## [WHAT YOU SHOULD DO]
Under this line are the records; write out word for word the part that begins at the line containing "#151=VECTOR('',#137,1.);" and ends at the line containing "#175=ORIENTED_EDGE('',*,*,#66,.T.);", and no more.

## [RECORDS PROVIDED]
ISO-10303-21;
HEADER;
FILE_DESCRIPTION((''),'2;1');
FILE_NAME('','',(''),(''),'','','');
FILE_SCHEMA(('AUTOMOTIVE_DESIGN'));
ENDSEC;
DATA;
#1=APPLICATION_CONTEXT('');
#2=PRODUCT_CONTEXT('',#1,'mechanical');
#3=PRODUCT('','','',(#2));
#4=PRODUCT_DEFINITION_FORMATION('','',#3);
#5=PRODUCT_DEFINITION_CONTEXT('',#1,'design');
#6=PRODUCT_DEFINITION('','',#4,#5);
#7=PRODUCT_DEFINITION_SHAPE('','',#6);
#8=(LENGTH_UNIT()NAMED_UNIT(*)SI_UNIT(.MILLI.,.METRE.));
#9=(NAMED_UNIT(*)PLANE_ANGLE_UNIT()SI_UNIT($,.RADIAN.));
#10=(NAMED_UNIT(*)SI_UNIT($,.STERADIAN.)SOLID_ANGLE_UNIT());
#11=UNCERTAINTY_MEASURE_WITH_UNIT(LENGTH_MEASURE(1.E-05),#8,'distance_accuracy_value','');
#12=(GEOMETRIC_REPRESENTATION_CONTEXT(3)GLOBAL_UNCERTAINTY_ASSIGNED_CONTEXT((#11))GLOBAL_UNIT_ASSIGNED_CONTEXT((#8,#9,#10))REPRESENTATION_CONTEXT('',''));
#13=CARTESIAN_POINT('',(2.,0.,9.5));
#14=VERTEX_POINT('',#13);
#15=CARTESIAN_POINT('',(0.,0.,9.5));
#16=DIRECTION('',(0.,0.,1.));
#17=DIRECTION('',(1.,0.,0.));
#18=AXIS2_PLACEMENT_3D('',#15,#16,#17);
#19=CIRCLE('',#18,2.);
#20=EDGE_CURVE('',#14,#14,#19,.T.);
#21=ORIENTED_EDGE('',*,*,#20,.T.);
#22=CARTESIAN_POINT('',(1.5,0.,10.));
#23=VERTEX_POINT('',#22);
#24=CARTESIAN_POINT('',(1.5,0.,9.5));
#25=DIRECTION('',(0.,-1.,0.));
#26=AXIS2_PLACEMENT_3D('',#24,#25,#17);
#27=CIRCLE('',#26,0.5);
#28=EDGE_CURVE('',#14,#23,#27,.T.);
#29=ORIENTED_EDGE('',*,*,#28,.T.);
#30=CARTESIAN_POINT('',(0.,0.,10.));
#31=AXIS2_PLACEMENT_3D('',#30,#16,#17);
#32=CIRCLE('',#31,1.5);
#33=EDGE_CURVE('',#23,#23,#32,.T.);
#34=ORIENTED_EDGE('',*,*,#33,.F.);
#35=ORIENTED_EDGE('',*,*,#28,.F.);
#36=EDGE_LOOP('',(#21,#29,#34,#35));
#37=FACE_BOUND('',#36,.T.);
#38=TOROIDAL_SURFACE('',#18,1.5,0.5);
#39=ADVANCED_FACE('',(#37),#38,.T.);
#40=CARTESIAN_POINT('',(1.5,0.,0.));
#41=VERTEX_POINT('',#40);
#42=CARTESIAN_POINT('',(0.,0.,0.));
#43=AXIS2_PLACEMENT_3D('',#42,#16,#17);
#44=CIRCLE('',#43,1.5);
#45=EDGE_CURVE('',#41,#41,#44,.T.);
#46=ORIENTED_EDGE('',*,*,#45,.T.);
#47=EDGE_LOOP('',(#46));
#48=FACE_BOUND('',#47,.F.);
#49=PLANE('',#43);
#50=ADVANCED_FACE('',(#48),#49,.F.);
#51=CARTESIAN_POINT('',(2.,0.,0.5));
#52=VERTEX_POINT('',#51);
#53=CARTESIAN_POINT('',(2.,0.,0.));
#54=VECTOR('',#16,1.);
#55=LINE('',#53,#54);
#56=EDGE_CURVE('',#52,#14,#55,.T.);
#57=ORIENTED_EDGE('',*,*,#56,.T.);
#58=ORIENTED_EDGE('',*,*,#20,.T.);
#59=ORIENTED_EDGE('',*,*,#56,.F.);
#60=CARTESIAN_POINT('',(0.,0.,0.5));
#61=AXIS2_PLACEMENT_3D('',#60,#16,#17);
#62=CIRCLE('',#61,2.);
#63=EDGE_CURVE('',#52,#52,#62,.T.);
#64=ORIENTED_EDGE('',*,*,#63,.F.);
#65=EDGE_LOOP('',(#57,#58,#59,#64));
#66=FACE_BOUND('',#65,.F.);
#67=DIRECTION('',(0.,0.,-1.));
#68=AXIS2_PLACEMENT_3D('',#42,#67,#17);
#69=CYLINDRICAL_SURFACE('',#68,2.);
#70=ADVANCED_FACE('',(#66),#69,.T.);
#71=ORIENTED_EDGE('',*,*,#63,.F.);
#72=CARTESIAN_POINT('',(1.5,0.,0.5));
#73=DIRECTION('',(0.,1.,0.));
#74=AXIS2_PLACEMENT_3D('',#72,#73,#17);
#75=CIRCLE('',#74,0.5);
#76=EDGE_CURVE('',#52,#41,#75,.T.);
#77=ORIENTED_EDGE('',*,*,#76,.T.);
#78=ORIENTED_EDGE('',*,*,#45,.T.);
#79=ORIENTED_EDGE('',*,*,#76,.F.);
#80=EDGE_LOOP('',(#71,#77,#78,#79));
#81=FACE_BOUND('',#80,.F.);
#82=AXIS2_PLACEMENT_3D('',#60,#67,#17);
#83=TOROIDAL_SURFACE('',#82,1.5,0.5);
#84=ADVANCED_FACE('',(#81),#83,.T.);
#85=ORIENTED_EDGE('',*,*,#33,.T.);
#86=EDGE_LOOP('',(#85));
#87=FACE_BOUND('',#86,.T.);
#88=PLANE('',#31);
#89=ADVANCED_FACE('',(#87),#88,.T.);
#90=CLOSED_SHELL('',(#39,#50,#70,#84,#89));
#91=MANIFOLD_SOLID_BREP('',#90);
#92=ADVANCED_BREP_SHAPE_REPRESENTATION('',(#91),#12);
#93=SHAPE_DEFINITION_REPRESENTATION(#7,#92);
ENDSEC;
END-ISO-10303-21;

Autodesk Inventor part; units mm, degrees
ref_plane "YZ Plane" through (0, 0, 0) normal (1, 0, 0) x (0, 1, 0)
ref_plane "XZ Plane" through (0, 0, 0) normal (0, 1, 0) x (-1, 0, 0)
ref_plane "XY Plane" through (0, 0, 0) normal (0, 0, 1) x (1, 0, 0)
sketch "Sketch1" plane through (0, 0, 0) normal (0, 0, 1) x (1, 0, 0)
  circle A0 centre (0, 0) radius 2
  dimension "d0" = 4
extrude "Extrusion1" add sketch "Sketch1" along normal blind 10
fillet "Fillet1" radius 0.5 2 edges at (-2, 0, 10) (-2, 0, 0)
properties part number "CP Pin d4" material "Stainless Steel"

--

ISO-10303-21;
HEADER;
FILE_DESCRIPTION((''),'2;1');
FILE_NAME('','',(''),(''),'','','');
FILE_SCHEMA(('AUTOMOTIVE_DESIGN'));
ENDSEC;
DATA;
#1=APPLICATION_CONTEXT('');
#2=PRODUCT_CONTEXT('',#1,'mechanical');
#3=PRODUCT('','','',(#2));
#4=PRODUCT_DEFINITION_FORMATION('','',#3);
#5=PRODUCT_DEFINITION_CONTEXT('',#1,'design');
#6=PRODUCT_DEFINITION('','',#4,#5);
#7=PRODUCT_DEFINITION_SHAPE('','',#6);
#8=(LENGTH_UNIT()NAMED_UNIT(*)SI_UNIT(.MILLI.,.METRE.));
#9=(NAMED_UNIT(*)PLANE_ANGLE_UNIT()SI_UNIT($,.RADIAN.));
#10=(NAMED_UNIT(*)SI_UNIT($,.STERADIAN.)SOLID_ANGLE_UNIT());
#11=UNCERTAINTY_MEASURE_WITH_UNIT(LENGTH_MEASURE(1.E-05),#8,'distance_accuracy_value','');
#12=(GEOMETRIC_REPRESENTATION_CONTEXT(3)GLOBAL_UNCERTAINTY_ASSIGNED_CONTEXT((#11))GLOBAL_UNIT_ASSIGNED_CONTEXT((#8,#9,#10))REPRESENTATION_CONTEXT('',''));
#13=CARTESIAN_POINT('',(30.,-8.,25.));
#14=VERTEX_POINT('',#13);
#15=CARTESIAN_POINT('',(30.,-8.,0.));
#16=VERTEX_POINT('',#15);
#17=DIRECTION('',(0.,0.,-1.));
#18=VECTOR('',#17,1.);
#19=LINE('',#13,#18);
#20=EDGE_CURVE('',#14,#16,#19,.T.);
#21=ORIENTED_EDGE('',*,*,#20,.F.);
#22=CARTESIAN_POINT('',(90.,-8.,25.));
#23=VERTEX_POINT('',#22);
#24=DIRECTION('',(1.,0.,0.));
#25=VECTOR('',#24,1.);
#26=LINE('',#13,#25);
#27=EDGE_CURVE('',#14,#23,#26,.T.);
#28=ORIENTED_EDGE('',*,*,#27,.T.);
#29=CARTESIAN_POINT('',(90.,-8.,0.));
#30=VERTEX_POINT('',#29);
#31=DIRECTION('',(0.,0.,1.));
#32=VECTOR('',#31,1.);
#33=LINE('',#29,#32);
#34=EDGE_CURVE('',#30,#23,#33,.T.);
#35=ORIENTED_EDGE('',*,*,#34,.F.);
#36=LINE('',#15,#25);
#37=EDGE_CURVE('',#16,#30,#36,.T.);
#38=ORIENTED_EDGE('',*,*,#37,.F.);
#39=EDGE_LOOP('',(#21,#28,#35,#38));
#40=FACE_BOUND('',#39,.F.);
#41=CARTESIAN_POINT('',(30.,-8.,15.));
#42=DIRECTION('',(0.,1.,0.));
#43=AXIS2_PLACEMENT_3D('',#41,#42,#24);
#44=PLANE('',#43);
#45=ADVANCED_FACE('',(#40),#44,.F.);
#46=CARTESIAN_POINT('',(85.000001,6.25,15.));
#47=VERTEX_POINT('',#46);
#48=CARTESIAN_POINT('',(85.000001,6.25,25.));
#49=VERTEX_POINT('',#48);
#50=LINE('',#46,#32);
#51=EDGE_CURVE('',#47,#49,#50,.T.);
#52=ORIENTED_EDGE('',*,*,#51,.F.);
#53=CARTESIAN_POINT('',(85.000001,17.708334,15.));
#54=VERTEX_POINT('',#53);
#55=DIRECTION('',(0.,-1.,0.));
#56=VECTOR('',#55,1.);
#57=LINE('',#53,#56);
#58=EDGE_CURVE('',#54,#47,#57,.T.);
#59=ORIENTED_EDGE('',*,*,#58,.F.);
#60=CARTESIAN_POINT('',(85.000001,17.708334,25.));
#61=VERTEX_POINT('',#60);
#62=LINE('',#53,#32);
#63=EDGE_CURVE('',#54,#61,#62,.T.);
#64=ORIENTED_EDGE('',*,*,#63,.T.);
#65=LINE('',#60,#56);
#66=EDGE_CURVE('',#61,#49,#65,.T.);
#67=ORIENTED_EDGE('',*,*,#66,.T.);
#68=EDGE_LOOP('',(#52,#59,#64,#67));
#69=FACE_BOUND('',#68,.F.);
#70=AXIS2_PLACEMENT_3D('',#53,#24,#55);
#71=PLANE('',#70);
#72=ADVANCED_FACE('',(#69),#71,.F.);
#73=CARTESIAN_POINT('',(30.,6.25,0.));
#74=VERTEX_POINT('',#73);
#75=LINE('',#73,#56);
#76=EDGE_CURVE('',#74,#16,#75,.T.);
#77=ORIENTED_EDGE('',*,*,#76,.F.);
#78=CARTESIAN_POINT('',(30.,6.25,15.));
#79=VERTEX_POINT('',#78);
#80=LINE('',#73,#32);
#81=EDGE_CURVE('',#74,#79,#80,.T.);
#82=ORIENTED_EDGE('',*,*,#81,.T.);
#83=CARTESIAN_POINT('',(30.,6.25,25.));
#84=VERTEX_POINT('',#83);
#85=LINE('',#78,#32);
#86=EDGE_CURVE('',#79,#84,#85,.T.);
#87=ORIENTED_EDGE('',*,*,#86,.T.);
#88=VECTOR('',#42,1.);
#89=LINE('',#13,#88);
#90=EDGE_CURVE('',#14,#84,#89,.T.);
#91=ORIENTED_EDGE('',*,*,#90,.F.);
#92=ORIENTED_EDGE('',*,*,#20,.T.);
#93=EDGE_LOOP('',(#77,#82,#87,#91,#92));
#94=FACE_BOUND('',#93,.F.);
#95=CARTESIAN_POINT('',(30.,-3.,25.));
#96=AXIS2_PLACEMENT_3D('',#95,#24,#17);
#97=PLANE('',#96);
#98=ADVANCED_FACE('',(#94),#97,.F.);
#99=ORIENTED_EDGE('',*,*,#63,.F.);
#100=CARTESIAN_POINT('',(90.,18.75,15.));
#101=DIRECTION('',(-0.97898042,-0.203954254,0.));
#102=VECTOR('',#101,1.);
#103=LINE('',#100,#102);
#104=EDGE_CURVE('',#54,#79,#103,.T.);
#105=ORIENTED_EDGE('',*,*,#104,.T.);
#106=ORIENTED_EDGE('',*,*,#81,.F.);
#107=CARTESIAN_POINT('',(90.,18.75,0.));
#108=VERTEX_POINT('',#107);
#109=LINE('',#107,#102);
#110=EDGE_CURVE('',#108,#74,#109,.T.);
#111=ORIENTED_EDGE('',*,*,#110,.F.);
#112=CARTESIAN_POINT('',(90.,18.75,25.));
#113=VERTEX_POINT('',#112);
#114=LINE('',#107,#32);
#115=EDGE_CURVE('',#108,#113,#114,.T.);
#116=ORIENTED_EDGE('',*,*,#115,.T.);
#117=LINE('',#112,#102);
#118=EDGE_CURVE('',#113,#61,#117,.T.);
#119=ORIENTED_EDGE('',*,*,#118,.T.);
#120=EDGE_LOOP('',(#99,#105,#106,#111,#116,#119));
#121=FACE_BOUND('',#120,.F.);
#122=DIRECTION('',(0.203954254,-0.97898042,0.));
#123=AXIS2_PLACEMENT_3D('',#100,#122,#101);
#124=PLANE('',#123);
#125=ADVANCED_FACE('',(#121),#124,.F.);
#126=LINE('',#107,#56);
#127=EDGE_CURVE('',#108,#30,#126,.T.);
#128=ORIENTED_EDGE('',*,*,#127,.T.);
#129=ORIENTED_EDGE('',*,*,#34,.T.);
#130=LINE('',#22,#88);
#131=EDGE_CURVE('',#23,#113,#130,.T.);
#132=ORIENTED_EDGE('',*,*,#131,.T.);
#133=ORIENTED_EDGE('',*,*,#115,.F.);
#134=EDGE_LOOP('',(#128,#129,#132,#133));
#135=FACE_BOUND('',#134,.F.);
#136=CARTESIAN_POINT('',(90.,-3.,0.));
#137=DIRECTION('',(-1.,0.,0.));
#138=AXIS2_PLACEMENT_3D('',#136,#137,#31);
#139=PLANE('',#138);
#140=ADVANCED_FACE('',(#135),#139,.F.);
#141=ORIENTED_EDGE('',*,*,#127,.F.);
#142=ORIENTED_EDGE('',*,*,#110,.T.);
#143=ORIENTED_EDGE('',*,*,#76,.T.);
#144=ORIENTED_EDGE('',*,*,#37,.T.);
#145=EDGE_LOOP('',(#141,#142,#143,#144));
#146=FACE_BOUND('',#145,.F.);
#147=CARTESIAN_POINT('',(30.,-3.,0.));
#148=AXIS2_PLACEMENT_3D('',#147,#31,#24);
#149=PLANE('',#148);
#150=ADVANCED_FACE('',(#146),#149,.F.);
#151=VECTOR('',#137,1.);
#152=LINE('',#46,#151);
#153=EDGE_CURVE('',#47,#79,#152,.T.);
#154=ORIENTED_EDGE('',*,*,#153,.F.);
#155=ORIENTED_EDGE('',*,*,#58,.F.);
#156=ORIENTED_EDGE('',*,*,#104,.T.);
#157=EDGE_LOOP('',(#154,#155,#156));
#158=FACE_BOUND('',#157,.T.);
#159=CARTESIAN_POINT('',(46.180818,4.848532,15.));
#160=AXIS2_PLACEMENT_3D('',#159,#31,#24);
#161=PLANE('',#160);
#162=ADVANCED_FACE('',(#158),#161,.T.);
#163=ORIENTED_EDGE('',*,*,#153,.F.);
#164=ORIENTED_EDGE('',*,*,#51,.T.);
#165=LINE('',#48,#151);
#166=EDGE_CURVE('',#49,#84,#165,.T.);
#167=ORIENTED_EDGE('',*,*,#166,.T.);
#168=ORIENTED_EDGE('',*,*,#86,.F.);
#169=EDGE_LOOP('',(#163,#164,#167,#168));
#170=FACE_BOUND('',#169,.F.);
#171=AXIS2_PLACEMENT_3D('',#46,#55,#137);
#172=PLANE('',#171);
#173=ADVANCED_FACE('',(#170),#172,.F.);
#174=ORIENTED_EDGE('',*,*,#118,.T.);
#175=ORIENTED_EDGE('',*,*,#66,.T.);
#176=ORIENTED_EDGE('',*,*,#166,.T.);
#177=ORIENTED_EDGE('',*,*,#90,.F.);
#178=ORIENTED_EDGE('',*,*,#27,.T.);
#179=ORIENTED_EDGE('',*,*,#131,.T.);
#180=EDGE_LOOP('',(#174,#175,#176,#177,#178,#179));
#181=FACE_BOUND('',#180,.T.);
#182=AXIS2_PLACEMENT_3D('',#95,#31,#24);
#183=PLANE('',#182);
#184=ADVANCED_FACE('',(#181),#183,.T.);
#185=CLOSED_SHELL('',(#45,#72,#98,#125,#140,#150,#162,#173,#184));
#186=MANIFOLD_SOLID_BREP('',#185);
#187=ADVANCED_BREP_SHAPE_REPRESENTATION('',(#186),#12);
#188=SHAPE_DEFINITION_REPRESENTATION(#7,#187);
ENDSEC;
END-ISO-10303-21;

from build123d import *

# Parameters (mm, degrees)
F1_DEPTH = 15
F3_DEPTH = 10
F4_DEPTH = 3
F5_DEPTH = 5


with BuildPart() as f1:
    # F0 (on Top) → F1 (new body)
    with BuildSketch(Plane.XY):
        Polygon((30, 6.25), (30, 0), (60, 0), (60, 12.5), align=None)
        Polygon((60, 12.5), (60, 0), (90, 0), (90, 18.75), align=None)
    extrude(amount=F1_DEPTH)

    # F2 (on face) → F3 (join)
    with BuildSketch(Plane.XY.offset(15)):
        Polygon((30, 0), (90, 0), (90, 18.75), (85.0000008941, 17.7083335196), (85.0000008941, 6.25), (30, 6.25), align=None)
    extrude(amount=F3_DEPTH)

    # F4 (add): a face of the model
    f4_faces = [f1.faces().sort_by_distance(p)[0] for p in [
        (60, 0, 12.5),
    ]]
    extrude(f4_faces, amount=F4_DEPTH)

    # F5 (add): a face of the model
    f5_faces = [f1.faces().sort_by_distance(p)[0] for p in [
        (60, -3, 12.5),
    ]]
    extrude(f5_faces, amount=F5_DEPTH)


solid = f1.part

## [RESPONSE]
#151=VECTOR('',#137,1.);
#152=LINE('',#46,#151);
#153=EDGE_CURVE('',#47,#79,#152,.T.);
#154=ORIENTED_EDGE('',*,*,#153,.F.);
#155=ORIENTED_EDGE('',*,*,#58,.F.);
#156=ORIENTED_EDGE('',*,*,#104,.T.);
#157=EDGE_LOOP('',(#154,#155,#156));
#158=FACE_BOUND('',#157,.T.);
#159=CARTESIAN_POINT('',(46.180818,4.848532,15.));
#160=AXIS2_PLACEMENT_3D('',#159,#31,#24);
#161=PLANE('',#160);
#162=ADVANCED_FACE('',(#158),#161,.T.);
#163=ORIENTED_EDGE('',*,*,#153,.F.);
#164=ORIENTED_EDGE('',*,*,#51,.T.);
#165=LINE('',#48,#151);
#166=EDGE_CURVE('',#49,#84,#165,.T.);
#167=ORIENTED_EDGE('',*,*,#166,.T.);
#168=ORIENTED_EDGE('',*,*,#86,.F.);
#169=EDGE_LOOP('',(#163,#164,#167,#168));
#170=FACE_BOUND('',#169,.F.);
#171=AXIS2_PLACEMENT_3D('',#46,#55,#137);
#172=PLANE('',#171);
#173=ADVANCED_FACE('',(#170),#172,.F.);
#174=ORIENTED_EDGE('',*,*,#118,.T.);
#175=ORIENTED_EDGE('',*,*,#66,.T.);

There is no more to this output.